The numbers or the figure change on the second render (Track A). A Track A analysis should produce the same rendered output on every render of the same dataset. Confirm the data file is inside your project folder so the path is stable, and confirm you are loading and summarizing the dataset directly (not generating its own random sample — that would be Track B work).
The figure does not appear (Track A). The chunk silently errored on an unknown column name. Check colnames(data). Quotation marks in aes() are a classic Week-8 carryover bug — see Lab 6’s troubleshooting section.
The interpretation paragraph contradicts the rendered output. Re-render, then re-read. If your prose and the PDF disagree, fix the prose to match the PDF, or fix the analysis or simulation to actually produce the result your prose describes, then re-render and re-read again.
The PDF is suddenly enormous. Either an oversized embedded image or an accidentally printed long vector. Summarize instead of printing.

The render-twice habit is the load-bearing finishing move for both tracks. The PDF the LMS grader will see is the second render, not the first.

AI in the R Project

AI assistance is appropriate for the same kinds of help you have used across Weeks 7–9: R syntax lookup, debugging a chunk error, explaining what a chunk does, rephrasing prose, catching a typo, suggesting a label for a plot axis, reading a Quarto or LaTeX render warning. See the AI use guidelines for the full pattern.

What AI cannot do in the R Project:

AI cannot read your rendered evidence for you. Track A: what the rendered analysis shows about your dataset is what you see in the rendered PDF, not what an assistant predicts the analysis would show. Track B: what the simulation under your seed produces is what is in the rendered PDF, verified by re-running with the same seed yourself.
AI cannot decide whether your interpretation is honest. Honesty about what a small dataset or a small simulation can and cannot support is your call.
AI fabricates dataset URLs and citations. Anything you cite is your responsibility to confirm.

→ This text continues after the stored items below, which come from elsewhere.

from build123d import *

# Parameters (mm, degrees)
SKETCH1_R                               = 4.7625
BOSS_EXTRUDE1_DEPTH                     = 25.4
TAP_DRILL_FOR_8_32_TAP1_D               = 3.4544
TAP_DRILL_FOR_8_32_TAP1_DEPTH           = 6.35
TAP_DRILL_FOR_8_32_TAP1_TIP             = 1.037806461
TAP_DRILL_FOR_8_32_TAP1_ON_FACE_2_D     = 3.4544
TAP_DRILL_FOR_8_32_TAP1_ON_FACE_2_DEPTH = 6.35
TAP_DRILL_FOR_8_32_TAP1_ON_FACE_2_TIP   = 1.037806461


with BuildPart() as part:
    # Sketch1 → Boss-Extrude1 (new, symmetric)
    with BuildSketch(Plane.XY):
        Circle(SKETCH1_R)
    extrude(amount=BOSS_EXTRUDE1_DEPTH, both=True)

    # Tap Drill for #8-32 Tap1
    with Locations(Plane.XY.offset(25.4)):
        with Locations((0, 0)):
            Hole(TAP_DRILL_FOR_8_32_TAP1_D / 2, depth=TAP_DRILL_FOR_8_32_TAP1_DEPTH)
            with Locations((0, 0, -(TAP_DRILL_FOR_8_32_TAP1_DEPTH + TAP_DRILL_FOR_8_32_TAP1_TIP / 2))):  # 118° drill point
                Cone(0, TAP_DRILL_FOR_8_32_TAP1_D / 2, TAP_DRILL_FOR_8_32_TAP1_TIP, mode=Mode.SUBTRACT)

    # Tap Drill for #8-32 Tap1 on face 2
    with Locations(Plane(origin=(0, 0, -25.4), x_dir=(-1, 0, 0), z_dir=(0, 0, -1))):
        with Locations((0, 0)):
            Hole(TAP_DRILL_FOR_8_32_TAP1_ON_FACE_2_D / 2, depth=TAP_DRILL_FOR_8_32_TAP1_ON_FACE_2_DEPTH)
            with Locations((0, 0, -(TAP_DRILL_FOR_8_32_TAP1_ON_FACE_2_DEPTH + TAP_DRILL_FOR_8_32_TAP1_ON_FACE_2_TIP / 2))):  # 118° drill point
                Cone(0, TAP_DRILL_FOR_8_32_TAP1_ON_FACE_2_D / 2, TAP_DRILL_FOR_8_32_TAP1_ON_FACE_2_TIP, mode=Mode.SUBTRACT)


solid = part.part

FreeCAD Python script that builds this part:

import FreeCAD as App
import Part
import Sketcher
Q = App.Units.Quantity

doc = App.newDocument("Part")
body = doc.addObject("PartDesign::Body", "Body")

# Sketch on XY plane
sketch1 = body.newObject("Sketcher::SketchObject", "Sketch")
sketch1.AttachmentSupport = (doc.getObject("XY_Plane"), [""])
sketch1.MapMode = "FlatFace"
sketch1.addGeometry(Part.Circle(App.Vector(0, 0, 0), App.Vector(0, 0, 1), 4.8), False)
sketch1.addConstraint([
    Sketcher.Constraint("Coincident", 0, 3, -1, 1),
    Sketcher.Constraint("Diameter", 0, Q("0.375 in")),
])
pad1 = body.newObject("PartDesign::Pad", "Pad")
pad1.Profile = sketch1
pad1.Length = Q("2 in")
pad1.Midplane = True

# Sketch on XY plane
sketch2 = body.newObject("Sketcher::SketchObject", "Sketch001")
sketch2.AttachmentSupport = (doc.getObject("XY_Plane"), [""])
sketch2.MapMode = "FlatFace"
sketch2.AttachmentOffset = App.Placement(App.Vector(0, 0, 1 * 25.4), App.Rotation())
sketch2.addGeometry(Part.Circle(App.Vector(0, 0, 0), App.Vector(0, 0, 1), 1.7), False)
sketch2.addConstraint([
    Sketcher.Constraint("Coincident", 0, 3, -1, 1),
    Sketcher.Constraint("Diameter", 0, Q("0.136 in")),
])
doc.recompute()
hole = body.newObject("PartDesign::Hole", "Hole")
hole.Profile = sketch2
hole.ThreadType = "None"
hole.Diameter = Q("0.136 in")
hole.DepthType = "Dimension"
hole.Depth = Q("0.25 in")
hole.DrillPoint = "Angled"
hole.DrillPointAngle = 118

# Sketch on XY plane
sketch3 = body.newObject("Sketcher::SketchObject", "Sketch002")
sketch3.AttachmentSupport = (doc.getObject("XY_Plane"), [""])
sketch3.MapMode = "FlatFace"
sketch3.AttachmentOffset = App.Placement(App.Vector(0, 0, -1 * 25.4), App.Rotation())
sketch3.addGeometry(Part.Circle(App.Vector(0, 0, 0), App.Vector(0, 0, 1), 1.7), False)
sketch3.addConstraint([
    Sketcher.Constraint("Coincident", 0, 3, -1, 1),
    Sketcher.Constraint("Diameter", 0, Q("0.136 in")),
])
doc.recompute()
hole2 = body.newObject("PartDesign::Hole", "Hole001")
hole2.Profile = sketch3
hole2.ThreadType = "None"
hole2.Diameter = Q("0.136 in")
hole2.DepthType = "Dimension"
hole2.Depth = Q("0.25 in")
hole2.DrillPoint = "Angled"
hole2.DrillPointAngle = 118
hole2.Reversed = True

doc.recompute()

The Verification line of your AI Use Note is the load-bearing one for the project. It must name what you actually checked — not “I used Claude.” If you did not use AI, say so on the Tool line; that is a complete AI Use Note.

Where the project folder lives

The project’s portfolio location is math-software-portfolio/r-project/, alongside latex-project/ from Week 6 and the weekly hw01/–hw09/ folders you built in Weeks 1–9. The folder is the project’s permanent home — you finish it in place and submit it from there.

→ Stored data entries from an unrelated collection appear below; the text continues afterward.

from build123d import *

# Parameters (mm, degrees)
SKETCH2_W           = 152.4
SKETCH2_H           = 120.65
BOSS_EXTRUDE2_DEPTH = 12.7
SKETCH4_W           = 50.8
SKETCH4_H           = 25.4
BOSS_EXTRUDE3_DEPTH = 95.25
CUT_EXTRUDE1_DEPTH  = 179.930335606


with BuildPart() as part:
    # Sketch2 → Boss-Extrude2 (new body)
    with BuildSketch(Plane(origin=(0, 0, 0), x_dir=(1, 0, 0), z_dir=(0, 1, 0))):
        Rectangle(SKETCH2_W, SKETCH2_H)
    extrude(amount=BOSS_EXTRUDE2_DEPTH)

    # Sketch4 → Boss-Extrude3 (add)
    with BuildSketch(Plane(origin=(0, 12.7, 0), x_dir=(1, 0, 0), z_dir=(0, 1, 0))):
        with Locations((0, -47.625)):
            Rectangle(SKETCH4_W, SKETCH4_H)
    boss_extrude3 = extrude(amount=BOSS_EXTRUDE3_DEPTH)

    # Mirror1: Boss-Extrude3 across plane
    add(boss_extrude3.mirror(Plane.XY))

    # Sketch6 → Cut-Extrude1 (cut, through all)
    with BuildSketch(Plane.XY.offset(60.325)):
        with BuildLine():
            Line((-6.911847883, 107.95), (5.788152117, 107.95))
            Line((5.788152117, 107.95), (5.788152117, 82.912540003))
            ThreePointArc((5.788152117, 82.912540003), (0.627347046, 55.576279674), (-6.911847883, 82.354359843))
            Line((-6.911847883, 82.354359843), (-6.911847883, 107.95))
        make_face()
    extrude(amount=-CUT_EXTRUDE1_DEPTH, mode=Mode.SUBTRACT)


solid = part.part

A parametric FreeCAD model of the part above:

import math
import FreeCAD as App
import Part
import Sketcher

V = App.Vector
Q = App.Units.Quantity


def add_polygon(sketch, points):
    """Adds a closed chain of lines whose ends are joined by coincident constraints."""
    first, n = sketch.GeometryCount, len(points)
    for a, b in zip(points, points[1:] + points[:1]):
        sketch.addGeometry(Part.LineSegment(App.Vector(*a, 0), App.Vector(*b, 0)), False)
    for i in range(n):
        sketch.addConstraint(Sketcher.Constraint("Coincident", first + i, 2, first + (i + 1) % n, 1))

doc = App.newDocument("Part")
params = doc.addObject("Spreadsheet::Sheet", "Params")
for row, (alias, value) in enumerate([
    ("sketch1_width", "6 in"),
    ("sketch1_height", "4.75 in"),
    ("pad1_length", "0.5 in"),
    ("sketch2_width", "2 in"),
    ("sketch2_height", "1 in"),
    ("pad2_length", "3.75 in"),
    ("sketch3_width", "0.5 in"),
    ("sketch3_radius", "0.5625 in"),
], start=1):
    params.set(f"A{row}", alias)
    params.set(f"B{row}", "=" + value)
    params.setAlias(f"B{row}", alias)

body = doc.addObject("PartDesign::Body", "Body")

# Sketch on XZ plane
sketch1 = body.newObject("Sketcher::SketchObject", "Sketch")
sketch1.AttachmentSupport = (doc.getObject("XZ_Plane"), [""])
sketch1.MapMode = "FlatFace"
add_polygon(sketch1, [(-76.2, -60.325), (-76.2, 60.325), (76.2, 60.325), (76.2, -60.325)])  # lines 0-3
sketch1.addConstraint([
    Sketcher.Constraint("Vertical", 0),
    Sketcher.Constraint("Horizontal", 1),
    Sketcher.Constraint("Vertical", 2),
    Sketcher.Constraint("Horizontal", 3),
    Sketcher.Constraint("Symmetric", 0, 2, 2, 2, -1, 1),
    Sketcher.Constraint("DistanceX", 1, 1, 1, 2, Q("6 in")),
    Sketcher.Constraint("DistanceY", 0, 1, 0, 2, Q("4.75 in")),
])
sketch1.setExpression("Constraints[9]", "Params.sketch1_width")
sketch1.setExpression("Constraints[10]", "Params.sketch1_height")
pad1 = body.newObject("PartDesign::Pad", "Pad")
pad1.Profile = sketch1
pad1.setExpression("Length", "Params.pad1_length")
pad1.Reversed = True

# Sketch on XZ plane
sketch2 = body.newObject("Sketcher::SketchObject", "Sketch001")
sketch2.AttachmentSupport = (doc.getObject("XZ_Plane"), [""])
sketch2.MapMode = "FlatFace"
sketch2.AttachmentOffset = App.Placement(V(0, 0, -0.5 * 25.4), App.Rotation())
add_polygon(sketch2, [(-25.4, 34.925), (-25.4, 60.325), (25.4, 60.325), (25.4, 34.925)])  # lines 0-3
sketch2.addConstraint([
    Sketcher.Constraint("Vertical", 0),
    Sketcher.Constraint("Horizontal", 1),
    Sketcher.Constraint("Vertical", 2),
    Sketcher.Constraint("Horizontal", 3),
    Sketcher.Constraint("DistanceX", 1, 1, 1, 2, Q("2 in")),
    Sketcher.Constraint("DistanceY", 0, 1, 0, 2, Q("1 in")),
    Sketcher.Constraint("DistanceX", 0, 2, -1, 1, Q("1 in")),
    Sketcher.Constraint("DistanceY", -1, 1, 0, 2, Q("2.375 in")),
])
sketch2.setExpression("Constraints[8]", "Params.sketch2_width")
sketch2.setExpression("Constraints[9]", "Params.sketch2_height")
pad2 = body.newObject("PartDesign::Pad", "Pad001")
pad2.Profile = sketch2
pad2.setExpression("Length", "Params.pad2_length")
pad2.Reversed = True
doc.recompute()

mirrored = body.newObject("PartDesign::Mirrored", "Mirrored")
mirrored.Originals = [pad2]
mirrored.MirrorPlane = (doc.getObject("XY_Plane"), [""])
body.Tip = mirrored

# Sketch on XY plane
sketch3 = body.newObject("Sketcher::SketchObject", "Sketch002")
sketch3.AttachmentSupport = (doc.getObject("XY_Plane"), [""])
sketch3.MapMode = "FlatFace"
sketch3.AttachmentOffset = App.Placement(V(0, 0, 2.375 * 25.4), App.Rotation())
sketch3.addGeometry([
    Part.LineSegment(V(5.788152, 107.95, 0), V(-6.911848, 107.95, 0)),
    Part.LineSegment(V(-6.911848, 107.95, 0), V(-6.911848, 82.35436, 0)),
    Part.ArcOfCircle(Part.Circle(V(0, 69.85, 0), V(0, 0, 1), 14.2875), math.radians(118.931844), math.radians(426.101352)),
    Part.LineSegment(V(5.788152, 82.91254, 0), V(5.788152, 107.95, 0)),
], False)
sketch3.addConstraint([
    Sketcher.Constraint("Coincident", 0, 2, 1, 1),
    Sketcher.Constraint("Coincident", 1, 2, 2, 1),
    Sketcher.Constraint("Coincident", 2, 2, 3, 1),
    Sketcher.Constraint("Coincident", 3, 2, 0, 1),
    Sketcher.Constraint("Horizontal", 0),
    Sketcher.Constraint("Vertical", 1),
    Sketcher.Constraint("Vertical", 3),
    Sketcher.Constraint("PointOnObject", 2, 3, -2),
    Sketcher.Constraint("DistanceX", 0, 2, 0, 1, Q("0.5 in")),
    Sketcher.Constraint("Radius", 2, Q("0.5625 in")),
    Sketcher.Constraint("DistanceY", 2, 3, 0, 2, Q("1.5 in")),
    Sketcher.Constraint("DistanceY", -1, 1, 2, 3, Q("2.75 in")),
    Sketcher.Constraint("DistanceY", 1, 2, 1, 1, 25.59564),
])
sketch3.setExpression("Constraints[8]", "Params.sketch3_width")
sketch3.setExpression("Constraints[9]", "Params.sketch3_radius")
pocket1 = body.newObject("PartDesign::Pocket", "Pocket")
pocket1.Profile = sketch3
pocket1.Type = "ThroughAll"

doc.recompute()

The exact project material — including the prompt and the submission details — lives in the course LMS.

Looking ahead

Module B closes at the end of Week 10. Next week, Module D opens with the AI module (Weeks 11–12). Those two weeks carry the two non-droppable weekly AI assignments — the AI module’s parallel to the LaTeX Project (Module A) and the R Project (Module B). The Week 13 portfolio/workflow conference is where the finished r-project/ folder is reviewed as part of the portfolio next to the finished latex-project/ folder and your weekly artifacts.

Submit the R Project in the state you want to read again at the end of the term.